I'm sure that it is not infinite since this integral is based in perturbation theory and without the
has been found before (just not by me so I don't know how it's done).
Any ideas?
(1) It would be helpful if you provide the explicit code you use. That way others (read: me) need not code it up separately.
(2) If the integral exists, it has to be zero. This is because you negate the n(y)-n(x) factor when you swap x and y but keep the rest the same. Yet the integration range symmetry means that amounts to just renaming your variables, hence it must stay the same.
(3) Here is some code that shows it will be zero, at least if we zero out the singular part and a small band around it.
a = 1;
b = 1;
beta = 1;
eps[x_] := 2*(a-b*Cos[x])
n[x_] := 1/(1+Exp[beta*eps[x]])
delta = .001;
pw[x_,y_] := Piecewise[{{1,Abs[Abs[x]-Abs[y]]>delta}}, 0]
We add 1 to the integrand just to avoid accuracy issues with results that are near zero.
NIntegrate[1+Cos[(x+y)/2]^2*(n[x]-n[y])/(eps[x]-eps[y])^2*pw[Cos[x],Cos[y]],
{x,-Pi,Pi}, {y,-Pi,Pi}] / (4*Pi^2)
I get the result below.
NIntegrate::slwcon:
Numerical integration converging too slowly; suspect one of the following:
singularity, value of the integration is 0, highly oscillatory integrand,
or WorkingPrecision too small.
NIntegrate::eincr:
The global error of the strategy GlobalAdaptive has increased more than
2000 times. The global error is expected to decrease monotonically after a
number of integrand evaluations. Suspect one of the following: the
working precision is insufficient for the specified precision goal; the
integrand is highly oscillatory or it is not a (piecewise) smooth
function; or the true value of the integral is 0. Increasing the value of
the GlobalAdaptive option MaxErrorIncreases might lead to a convergent
numerical integration. NIntegrate obtained 39.4791 and 0.459541
for the integral and error estimates.
Out[24]= 1.00002
This is a good indication that the unadulterated result will be zero.
(4) Substituting cx for cos(x) and cy for cos(y), and removing extraneous factors for purposes of convergence assessment, gives the expression below.
((1 + E^(2*(1 - cx)))^(-1) - (1 + E^(2*(1 - cy)))^(-1))/
(2*(1 - cx) - 2*(1 - cy))^2
A series expansion in cy, centered at cx, indicates a pole of order 1. So it does appear to be a singular integral.
Daniel Lichtblau
The integral looks like a Cauchy Principal Value type integral (i.e. it has a strong singularity).
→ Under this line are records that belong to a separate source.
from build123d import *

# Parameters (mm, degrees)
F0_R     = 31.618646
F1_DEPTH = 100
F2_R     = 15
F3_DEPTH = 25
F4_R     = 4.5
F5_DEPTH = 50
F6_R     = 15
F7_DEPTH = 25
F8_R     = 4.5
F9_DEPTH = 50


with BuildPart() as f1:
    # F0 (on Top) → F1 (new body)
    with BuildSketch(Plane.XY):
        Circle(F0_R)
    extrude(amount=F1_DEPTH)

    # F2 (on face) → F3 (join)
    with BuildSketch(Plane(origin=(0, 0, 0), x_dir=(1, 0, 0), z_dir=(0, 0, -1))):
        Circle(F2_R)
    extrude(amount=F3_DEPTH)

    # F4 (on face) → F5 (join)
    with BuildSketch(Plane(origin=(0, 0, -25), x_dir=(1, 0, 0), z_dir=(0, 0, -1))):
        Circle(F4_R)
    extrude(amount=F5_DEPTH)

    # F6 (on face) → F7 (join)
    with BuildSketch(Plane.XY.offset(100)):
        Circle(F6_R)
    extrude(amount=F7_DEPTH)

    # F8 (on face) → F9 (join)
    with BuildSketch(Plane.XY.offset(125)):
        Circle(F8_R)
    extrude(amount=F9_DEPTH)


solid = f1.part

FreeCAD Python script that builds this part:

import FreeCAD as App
import Part
import Sketcher
from FreeCAD import Vector

doc = App.newDocument("Part")
body = doc.addObject("PartDesign::Body", "Body")

# Sketch on XY plane
sketch1 = body.newObject("Sketcher::SketchObject", "Sketch")
sketch1.AttachmentSupport = (doc.getObject("XY_Plane"), [""])
sketch1.MapMode = "FlatFace"
sketch1.addGeometry(Part.Circle(Vector(0, 0, 0), Vector(0, 0, 1), 32), False)
sketch1.addConstraint([
    Sketcher.Constraint("Coincident", 0, 3, -1, 1),
    Sketcher.Constraint("Diameter", 0, 63.237292),
])
pad1 = body.newObject("PartDesign::Pad", "Pad")
pad1.Profile = sketch1
pad1.Length = 100

# Sketch on XY plane
sketch2 = body.newObject("Sketcher::SketchObject", "Sketch001")
sketch2.AttachmentSupport = (doc.getObject("XY_Plane"), [""])
sketch2.MapMode = "FlatFace"
sketch2.addGeometry(Part.Circle(Vector(0, 0, 0), Vector(0, 0, 1), 15), False)
sketch2.addConstraint([
    Sketcher.Constraint("Coincident", 0, 3, -1, 1),
    Sketcher.Constraint("Diameter", 0, 30.0),
])
pad2 = body.newObject("PartDesign::Pad", "Pad001")
pad2.Profile = sketch2
pad2.Length = 25
pad2.Reversed = True

# Sketch on XY plane
sketch3 = body.newObject("Sketcher::SketchObject", "Sketch002")
sketch3.AttachmentSupport = (doc.getObject("XY_Plane"), [""])
sketch3.MapMode = "FlatFace"
sketch3.AttachmentOffset = App.Placement(Vector(0, 0, -25), App.Rotation())
sketch3.addGeometry(Part.Circle(Vector(0, 0, 0), Vector(0, 0, 1), 4.5), False)
sketch3.addConstraint([
    Sketcher.Constraint("Coincident", 0, 3, -1, 1),
    Sketcher.Constraint("Diameter", 0, 9.0),
])
pad3 = body.newObject("PartDesign::Pad", "Pad002")
pad3.Profile = sketch3
pad3.Length = 50
pad3.Reversed = True

# Sketch on XY plane
sketch4 = body.newObject("Sketcher::SketchObject", "Sketch003")
sketch4.AttachmentSupport = (doc.getObject("XY_Plane"), [""])
sketch4.MapMode = "FlatFace"
sketch4.AttachmentOffset = App.Placement(Vector(0, 0, 100), App.Rotation())
sketch4.addGeometry(Part.Circle(Vector(0, 0, 0), Vector(0, 0, 1), 15), False)
sketch4.addConstraint([
    Sketcher.Constraint("Coincident", 0, 3, -1, 1),
    Sketcher.Constraint("Diameter", 0, 30.0),
])
pad4 = body.newObject("PartDesign::Pad", "Pad003")
pad4.Profile = sketch4
pad4.Length = 25

# Sketch on XY plane
sketch5 = body.newObject("Sketcher::SketchObject", "Sketch004")
sketch5.AttachmentSupport = (doc.getObject("XY_Plane"), [""])
sketch5.MapMode = "FlatFace"
sketch5.AttachmentOffset = App.Placement(Vector(0, 0, 125), App.Rotation())
sketch5.addGeometry(Part.Circle(Vector(0, 0, 0), Vector(0, 0, 1), 4.5), False)
sketch5.addConstraint([
    Sketcher.Constraint("Coincident", 0, 3, -1, 1),
    Sketcher.Constraint("Diameter", 0, 9.0),
])
pad5 = body.newObject("PartDesign::Pad", "Pad004")
pad5.Profile = sketch5
pad5.Length = 50

doc.recompute()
That's why you can't apply standard quadrature techniques.
Have you tried PrincipalValue->True in Mathematica's Integrate?
In addition to Daniel's observation about integrating an odd integrand over a symmetric range (so that symmetry indicates the result should be zero), you can also do this to understand its convergence better (I'll use latex, writing this out with pen and paper should make it easier to read; it took a lot longer to write than to do, it's not that complicated):
First, epsilon(x)-\epsilon(y)\propto\cos(y)-\cos(x)=2\sin(\xi_+)\sin(\xi_-) where I have defined \xi_\pm=(x\pm y)/2 (so I've rotated the axes by pi/4). The region of integration then is \xi_+ between \pi/\sqrt{2} and -\pi/\sqrt{2} and \xi_- between \pm(\pi/\sqrt{2}-\xi_-). Then the integrand takes the form \frac{1}{\sin^2(\xi_-)\sin^2(\xi_+)} times terms with no divergences. So, evidently, there are second-order poles, and this isn't convergent as presented.
Perhaps you could email the persons who obtained an answer with the cos term and ask what precisely it is they did. Perhaps there's a physical regularisation procedure being employed. Or you could have given more information on the physical origin of this (some sort of second order perturbation theory for some sort of bosonic system?), had that not been off-topic here...
May be I am missing something here, but the integrand
f[x,y]=Cos^2[(x+y)/2]*(n[x]-n[y])/(eps[x]-eps[y]) with n[x]=1/(1+Exp[Beta*eps[x]]) and eps[x]=2(a-b*Cos[x]) is indeed a symmetric function in x and y: f[x,-y]= f[-x,y]=f[x,y].
Therefore its integral over any domain [-u,u]x[-v,v] is zero. No numerical integration seems to be needed here. The result is just zero.